Code Mode for MCP Servers
What is Code Mode?
When an MCP tool returns a large API response (e.g. listing 500 Kubernetes pods, 200 SCIM users, or thousands of GitHub issues), that entire payload enters the LLM's context window — consuming tokens and degrading performance.
Code mode flips the approach: instead of dumping raw data into context, the LLM writes a small processing script. The MCP server runs the script in a sandboxed runtime against the raw data, and only the script's stdout enters context.
This works especially well with well-known APIs (SCIM, Kubernetes, GitHub, Stripe, Slack, AWS, etc.) because the LLM already knows the response schema from training data — it can write the extraction script in one shot without inspecting the data.
Typical results: 65–99% context reduction.
Inspiration
How This Skill Works
This is an interactive planning skill. Work with the user step-by-step:
- Understand their MCP server (language, framework, what tools return large data)
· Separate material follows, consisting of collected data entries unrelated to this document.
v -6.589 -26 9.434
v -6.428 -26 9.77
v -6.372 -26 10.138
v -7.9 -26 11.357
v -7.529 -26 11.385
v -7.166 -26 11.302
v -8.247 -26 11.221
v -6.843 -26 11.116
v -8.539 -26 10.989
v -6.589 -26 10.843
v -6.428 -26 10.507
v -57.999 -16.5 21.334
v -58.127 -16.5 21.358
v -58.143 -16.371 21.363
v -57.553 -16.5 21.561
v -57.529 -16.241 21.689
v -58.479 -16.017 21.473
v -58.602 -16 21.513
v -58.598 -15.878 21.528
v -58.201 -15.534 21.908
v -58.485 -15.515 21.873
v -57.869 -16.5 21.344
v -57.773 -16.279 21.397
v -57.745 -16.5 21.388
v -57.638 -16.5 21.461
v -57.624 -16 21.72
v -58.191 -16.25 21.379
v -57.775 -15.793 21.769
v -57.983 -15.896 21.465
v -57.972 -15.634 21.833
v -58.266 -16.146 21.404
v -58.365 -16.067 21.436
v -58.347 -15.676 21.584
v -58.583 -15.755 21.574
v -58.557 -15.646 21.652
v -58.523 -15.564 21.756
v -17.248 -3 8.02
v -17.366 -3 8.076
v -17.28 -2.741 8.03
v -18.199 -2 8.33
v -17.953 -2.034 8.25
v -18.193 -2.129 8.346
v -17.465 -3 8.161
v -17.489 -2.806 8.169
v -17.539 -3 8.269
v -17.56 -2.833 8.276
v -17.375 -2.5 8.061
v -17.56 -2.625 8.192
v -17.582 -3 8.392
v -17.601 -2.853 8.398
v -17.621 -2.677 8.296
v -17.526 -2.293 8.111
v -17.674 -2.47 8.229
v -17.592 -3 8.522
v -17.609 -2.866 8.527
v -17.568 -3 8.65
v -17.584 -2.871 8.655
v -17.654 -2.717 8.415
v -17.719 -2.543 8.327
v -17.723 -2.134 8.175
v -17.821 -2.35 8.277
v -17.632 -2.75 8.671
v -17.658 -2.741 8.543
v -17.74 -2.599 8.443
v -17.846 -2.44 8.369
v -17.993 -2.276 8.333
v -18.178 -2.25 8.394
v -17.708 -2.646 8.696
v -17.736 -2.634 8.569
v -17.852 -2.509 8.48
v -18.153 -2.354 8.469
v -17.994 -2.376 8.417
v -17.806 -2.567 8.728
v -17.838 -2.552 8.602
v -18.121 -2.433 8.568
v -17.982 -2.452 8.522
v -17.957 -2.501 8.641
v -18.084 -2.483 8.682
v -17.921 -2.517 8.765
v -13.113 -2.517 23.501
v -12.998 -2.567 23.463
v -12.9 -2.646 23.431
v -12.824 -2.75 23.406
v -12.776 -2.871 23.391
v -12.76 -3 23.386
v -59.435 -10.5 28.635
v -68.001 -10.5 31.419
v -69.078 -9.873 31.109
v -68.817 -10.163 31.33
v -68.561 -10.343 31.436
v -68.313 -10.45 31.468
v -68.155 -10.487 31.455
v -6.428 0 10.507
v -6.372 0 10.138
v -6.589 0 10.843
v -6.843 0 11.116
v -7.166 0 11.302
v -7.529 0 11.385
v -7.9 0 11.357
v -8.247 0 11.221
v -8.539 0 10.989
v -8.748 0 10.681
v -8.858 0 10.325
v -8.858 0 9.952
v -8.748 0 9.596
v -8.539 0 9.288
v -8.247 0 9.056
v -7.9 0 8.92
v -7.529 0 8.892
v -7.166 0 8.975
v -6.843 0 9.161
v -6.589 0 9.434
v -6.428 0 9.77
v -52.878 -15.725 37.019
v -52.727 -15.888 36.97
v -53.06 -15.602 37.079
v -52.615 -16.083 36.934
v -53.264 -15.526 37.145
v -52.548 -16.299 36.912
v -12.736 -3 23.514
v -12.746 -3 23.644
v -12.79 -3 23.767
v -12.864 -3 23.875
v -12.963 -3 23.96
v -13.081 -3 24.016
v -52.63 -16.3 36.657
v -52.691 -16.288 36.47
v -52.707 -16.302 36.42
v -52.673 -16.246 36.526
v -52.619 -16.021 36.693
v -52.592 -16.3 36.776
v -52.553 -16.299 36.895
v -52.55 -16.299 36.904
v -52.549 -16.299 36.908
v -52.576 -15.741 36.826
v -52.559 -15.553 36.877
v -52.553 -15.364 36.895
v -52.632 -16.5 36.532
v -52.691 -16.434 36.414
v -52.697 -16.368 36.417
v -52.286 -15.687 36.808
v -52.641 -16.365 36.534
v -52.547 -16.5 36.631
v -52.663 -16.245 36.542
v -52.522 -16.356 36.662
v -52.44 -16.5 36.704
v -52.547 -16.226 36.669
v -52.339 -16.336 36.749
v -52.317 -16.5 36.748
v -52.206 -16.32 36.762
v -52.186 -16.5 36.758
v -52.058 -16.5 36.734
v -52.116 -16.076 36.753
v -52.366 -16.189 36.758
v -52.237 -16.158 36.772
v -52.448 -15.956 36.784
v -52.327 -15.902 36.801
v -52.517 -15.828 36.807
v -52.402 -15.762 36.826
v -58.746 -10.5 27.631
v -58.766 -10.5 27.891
- Select a sandbox that fits their server language and security needs
- Plan the implementation together
- Implement the code mode tool, sandbox executor, and benchmark
- Verify with benchmarks comparing before/after context sizes
Do not jump ahead. Confirm each step with the user before proceeding.
Step 1: Understand the Existing MCP Server
Ask the user (or discover by reading their codebase):
- Server language: TypeScript/JavaScript, Python, Go, Rust, or other?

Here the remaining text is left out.